Data Science Asked by Uzair Ahmed on January 8, 2021
Made a neural network using TensorFlow’s Keras that is supposed to match an IP to one of the 7 type of vulnerabilities and give out what type of vulnerability that IP has.
model = tf.keras.models.Sequential([
tf.keras.layers.Flatten(),
tf.keras.layers.Dense(50, activation=tf.nn.relu),
tf.keras.layers.Dense(7, activation=tf.nn.softmax)
])
model.compile(optimizer='adam',
loss='sparse_categorical_crossentropy',
metrics=['accuracy'])
model.fit(xs, ys, epochs=500)
xs
is the list of IPs and ys
is its corresponding vulnerability from 0 to 6 (seven in total).
The output for this remains the same for every input, i.e.,:
[[0.22258884 0.20329571 0.36828393 0.11352853 0.04444532 0.02388807 0.02396955]]
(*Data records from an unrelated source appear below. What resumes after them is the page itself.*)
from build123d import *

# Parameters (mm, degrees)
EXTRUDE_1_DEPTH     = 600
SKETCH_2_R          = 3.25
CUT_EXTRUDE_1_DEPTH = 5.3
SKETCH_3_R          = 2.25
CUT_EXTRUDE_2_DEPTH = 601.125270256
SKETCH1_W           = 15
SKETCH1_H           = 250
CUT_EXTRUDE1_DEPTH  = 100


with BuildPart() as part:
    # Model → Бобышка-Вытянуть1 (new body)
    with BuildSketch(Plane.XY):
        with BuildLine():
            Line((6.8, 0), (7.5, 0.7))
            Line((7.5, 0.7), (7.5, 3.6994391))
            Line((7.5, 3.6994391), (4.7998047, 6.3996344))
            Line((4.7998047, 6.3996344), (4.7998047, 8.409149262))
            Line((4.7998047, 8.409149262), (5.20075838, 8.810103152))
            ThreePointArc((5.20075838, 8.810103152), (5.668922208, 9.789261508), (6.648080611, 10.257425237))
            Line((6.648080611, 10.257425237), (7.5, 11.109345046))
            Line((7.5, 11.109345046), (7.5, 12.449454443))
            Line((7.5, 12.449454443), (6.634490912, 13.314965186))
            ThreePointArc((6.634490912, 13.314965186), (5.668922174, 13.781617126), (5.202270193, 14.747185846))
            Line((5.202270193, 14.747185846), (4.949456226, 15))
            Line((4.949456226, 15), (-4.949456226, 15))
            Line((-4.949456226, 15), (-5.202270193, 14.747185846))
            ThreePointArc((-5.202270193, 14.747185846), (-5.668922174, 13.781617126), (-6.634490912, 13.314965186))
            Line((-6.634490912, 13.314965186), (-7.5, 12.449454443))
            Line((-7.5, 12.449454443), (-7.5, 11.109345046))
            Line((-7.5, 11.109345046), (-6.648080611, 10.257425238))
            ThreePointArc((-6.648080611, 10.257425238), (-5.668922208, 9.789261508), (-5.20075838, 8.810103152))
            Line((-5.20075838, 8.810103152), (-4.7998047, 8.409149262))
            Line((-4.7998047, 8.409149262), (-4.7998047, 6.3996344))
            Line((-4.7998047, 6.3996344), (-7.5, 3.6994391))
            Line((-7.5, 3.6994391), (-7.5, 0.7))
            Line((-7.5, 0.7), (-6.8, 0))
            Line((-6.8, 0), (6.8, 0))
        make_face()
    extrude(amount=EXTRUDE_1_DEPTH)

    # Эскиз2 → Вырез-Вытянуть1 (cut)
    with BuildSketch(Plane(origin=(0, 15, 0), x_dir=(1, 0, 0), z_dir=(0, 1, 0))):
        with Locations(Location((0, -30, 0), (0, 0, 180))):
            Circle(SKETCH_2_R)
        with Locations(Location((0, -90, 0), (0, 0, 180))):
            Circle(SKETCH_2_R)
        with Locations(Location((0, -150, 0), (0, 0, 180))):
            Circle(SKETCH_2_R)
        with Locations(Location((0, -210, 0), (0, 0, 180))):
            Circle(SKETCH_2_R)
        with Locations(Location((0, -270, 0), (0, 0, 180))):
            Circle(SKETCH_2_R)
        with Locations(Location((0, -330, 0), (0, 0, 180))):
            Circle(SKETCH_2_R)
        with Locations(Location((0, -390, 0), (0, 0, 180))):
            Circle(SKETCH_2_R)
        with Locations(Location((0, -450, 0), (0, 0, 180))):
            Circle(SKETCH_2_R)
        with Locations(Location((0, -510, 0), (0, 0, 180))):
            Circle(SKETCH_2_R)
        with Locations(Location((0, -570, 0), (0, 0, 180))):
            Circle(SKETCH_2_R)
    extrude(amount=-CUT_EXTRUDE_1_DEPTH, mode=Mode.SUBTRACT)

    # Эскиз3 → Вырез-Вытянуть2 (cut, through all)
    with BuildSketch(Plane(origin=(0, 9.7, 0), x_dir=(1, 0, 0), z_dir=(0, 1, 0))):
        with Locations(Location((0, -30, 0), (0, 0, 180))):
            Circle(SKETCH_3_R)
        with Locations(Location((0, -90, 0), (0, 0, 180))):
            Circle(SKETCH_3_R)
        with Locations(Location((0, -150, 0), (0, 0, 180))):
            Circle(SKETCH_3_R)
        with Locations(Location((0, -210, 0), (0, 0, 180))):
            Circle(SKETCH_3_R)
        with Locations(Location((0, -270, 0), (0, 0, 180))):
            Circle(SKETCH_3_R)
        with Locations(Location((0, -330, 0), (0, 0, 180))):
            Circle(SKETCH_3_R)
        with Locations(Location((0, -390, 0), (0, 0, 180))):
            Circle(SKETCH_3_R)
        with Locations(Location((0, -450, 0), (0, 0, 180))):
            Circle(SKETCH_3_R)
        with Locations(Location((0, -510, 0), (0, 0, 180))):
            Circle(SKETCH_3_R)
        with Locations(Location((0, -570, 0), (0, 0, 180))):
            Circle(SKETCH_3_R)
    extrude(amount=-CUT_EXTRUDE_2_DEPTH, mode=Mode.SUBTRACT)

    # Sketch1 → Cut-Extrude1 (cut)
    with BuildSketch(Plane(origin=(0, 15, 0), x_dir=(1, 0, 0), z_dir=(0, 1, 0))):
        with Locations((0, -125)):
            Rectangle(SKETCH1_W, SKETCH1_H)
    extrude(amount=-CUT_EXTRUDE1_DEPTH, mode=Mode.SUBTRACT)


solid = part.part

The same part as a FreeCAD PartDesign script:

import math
import FreeCAD as App
import Part
import Sketcher
from FreeCAD import Vector
Q = App.Units.Quantity

doc = App.newDocument("Part")
body = doc.addObject("PartDesign::Body", "Body")

# Sketch on XY plane
sketch1 = doc.addObject("Sketcher::SketchObject", "Sketch")
body.addObject(sketch1)
sketch1.AttachmentSupport = (doc.XY_Plane, [""])
sketch1.MapMode = "FlatFace"
sketch1.addGeometry([
    Part.LineSegment(Vector(6.8, 0, 0), Vector(7.5, 0.7, 0)),  # 0
    Part.LineSegment(Vector(7.5, 0.7, 0), Vector(7.5, 3.7, 0)),  # 1
    Part.LineSegment(Vector(7.5, 3.7, 0), Vector(4.8, 6.4, 0)),  # 2
    Part.LineSegment(Vector(4.8, 6.4, 0), Vector(4.8, 8.41, 0)),  # 3
    Part.LineSegment(Vector(4.8, 8.41, 0), Vector(5.2, 8.81, 0)),  # 4
    Part.ArcOfCircle(Part.Circle(Vector(6.82, 8.64, 0), Vector(0, 0, 1), 1.63), math.radians(96), math.radians(174)),  # 5
    Part.LineSegment(Vector(6.65, 10.26, 0), Vector(7.5, 11.11, 0)),  # 6
    Part.LineSegment(Vector(7.5, 11.11, 0), Vector(7.5, 12.45, 0)),  # 7
    Part.LineSegment(Vector(7.5, 12.45, 0), Vector(6.63, 13.31, 0)),  # 8
    Part.ArcOfCircle(Part.Circle(Vector(6.82, 14.93, 0), Vector(0, 0, 1), 1.63), math.radians(-173), math.radians(-97)),  # 9
    Part.LineSegment(Vector(5.2, 14.75, 0), Vector(4.95, 15, 0)),  # 10
    Part.LineSegment(Vector(4.95, 15, 0), Vector(-4.95, 15, 0)),  # 11
    Part.LineSegment(Vector(-4.95, 15, 0), Vector(-5.2, 14.75, 0)),  # 12
    Part.ArcOfCircle(Part.Circle(Vector(-6.82, 14.93, 0), Vector(0, 0, 1), 1.63), math.radians(-83), math.radians(-7)),  # 13
    Part.LineSegment(Vector(-6.63, 13.31, 0), Vector(-7.5, 12.45, 0)),  # 14
    Part.LineSegment(Vector(-7.5, 12.45, 0), Vector(-7.5, 11.11, 0)),  # 15
    Part.LineSegment(Vector(-7.5, 11.11, 0), Vector(-6.65, 10.26, 0)),  # 16
    Part.ArcOfCircle(Part.Circle(Vector(-6.82, 8.64, 0), Vector(0, 0, 1), 1.63), math.radians(6), math.radians(84)),  # 17
    Part.LineSegment(Vector(-5.2, 8.81, 0), Vector(-4.8, 8.41, 0)),  # 18
    Part.LineSegment(Vector(-4.8, 8.41, 0), Vector(-4.8, 6.4, 0)),  # 19
    Part.LineSegment(Vector(-4.8, 6.4, 0), Vector(-7.5, 3.7, 0)),  # 20
    Part.LineSegment(Vector(-7.5, 3.7, 0), Vector(-7.5, 0.7, 0)),  # 21
    Part.LineSegment(Vector(-7.5, 0.7, 0), Vector(-6.8, 0, 0)),  # 22
    Part.LineSegment(Vector(-6.8, 0, 0), Vector(6.8, 0, 0)),  # 23
], False)
sketch1.addConstraint([
    Sketcher.Constraint("Coincident", 0, 2, 1, 1),
    Sketcher.Constraint("Coincident", 1, 2, 2, 1),
    Sketcher.Constraint("Coincident", 2, 2, 3, 1),
    Sketcher.Constraint("Coincident", 3, 2, 4, 1),
    Sketcher.Constraint("Coincident", 4, 2, 5, 2),
    Sketcher.Constraint("Coincident", 5, 1, 6, 1),
    Sketcher.Constraint("Coincident", 6, 2, 7, 1),
    Sketcher.Constraint("Coincident", 7, 2, 8, 1),
    Sketcher.Constraint("Coincident", 8, 2, 9, 2),
    Sketcher.Constraint("Coincident", 9, 1, 10, 1),
    Sketcher.Constraint("Coincident", 10, 2, 11, 1),
    Sketcher.Constraint("Coincident", 11, 2, 12, 1),
    Sketcher.Constraint("Coincident", 12, 2, 13, 2),
    Sketcher.Constraint("Coincident", 13, 1, 14, 1),
    Sketcher.Constraint("Coincident", 14, 2, 15, 1),
    Sketcher.Constraint("Coincident", 15, 2, 16, 1),
    Sketcher.Constraint("Coincident", 16, 2, 17, 2),
    Sketcher.Constraint("Coincident", 17, 1, 18, 1),
    Sketcher.Constraint("Coincident", 18, 2, 19, 1),
    Sketcher.Constraint("Coincident", 19, 2, 20, 1),
    Sketcher.Constraint("Coincident", 20, 2, 21, 1),
    Sketcher.Constraint("Coincident", 21, 2, 22, 1),
    Sketcher.Constraint("Coincident", 22, 2, 23, 1),
    Sketcher.Constraint("Coincident", 23, 2, 0, 1),
    Sketcher.Constraint("Vertical", 1),
    Sketcher.Constraint("Vertical", 3),
    Sketcher.Constraint("Vertical", 7),
    Sketcher.Constraint("Horizontal", 11),
    Sketcher.Constraint("Vertical", 15),
    Sketcher.Constraint("Vertical", 19),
Most probably, this is because your model is way too simple - a single 50-node hidden layer for a 7-class problem does not sound adequate.
Try adding more hidden layers (and not quite sure if you really need a Flatten
layer just after the input), e.g.,:
model = tf.keras.models.Sequential([
tf.keras.layers.Dense(100, activation=tf.nn.relu),
tf.keras.layers.Dense(50, activation=tf.nn.relu)
tf.keras.layers.Dense(50, activation=tf.nn.relu),
tf.keras.layers.Dense(7, activation=tf.nn.softmax)
])
Experiment with the exact number and size of the layers.
Answered by desertnaut on January 8, 2021
It depends on the represent of the ip address. If you are feeding the ip address with those dot in it. It might perform worse. Rather i would suggest to split the ip into 4 seperate input(seperated by dot) and feed the 4 input individually to the network. And then evaluate.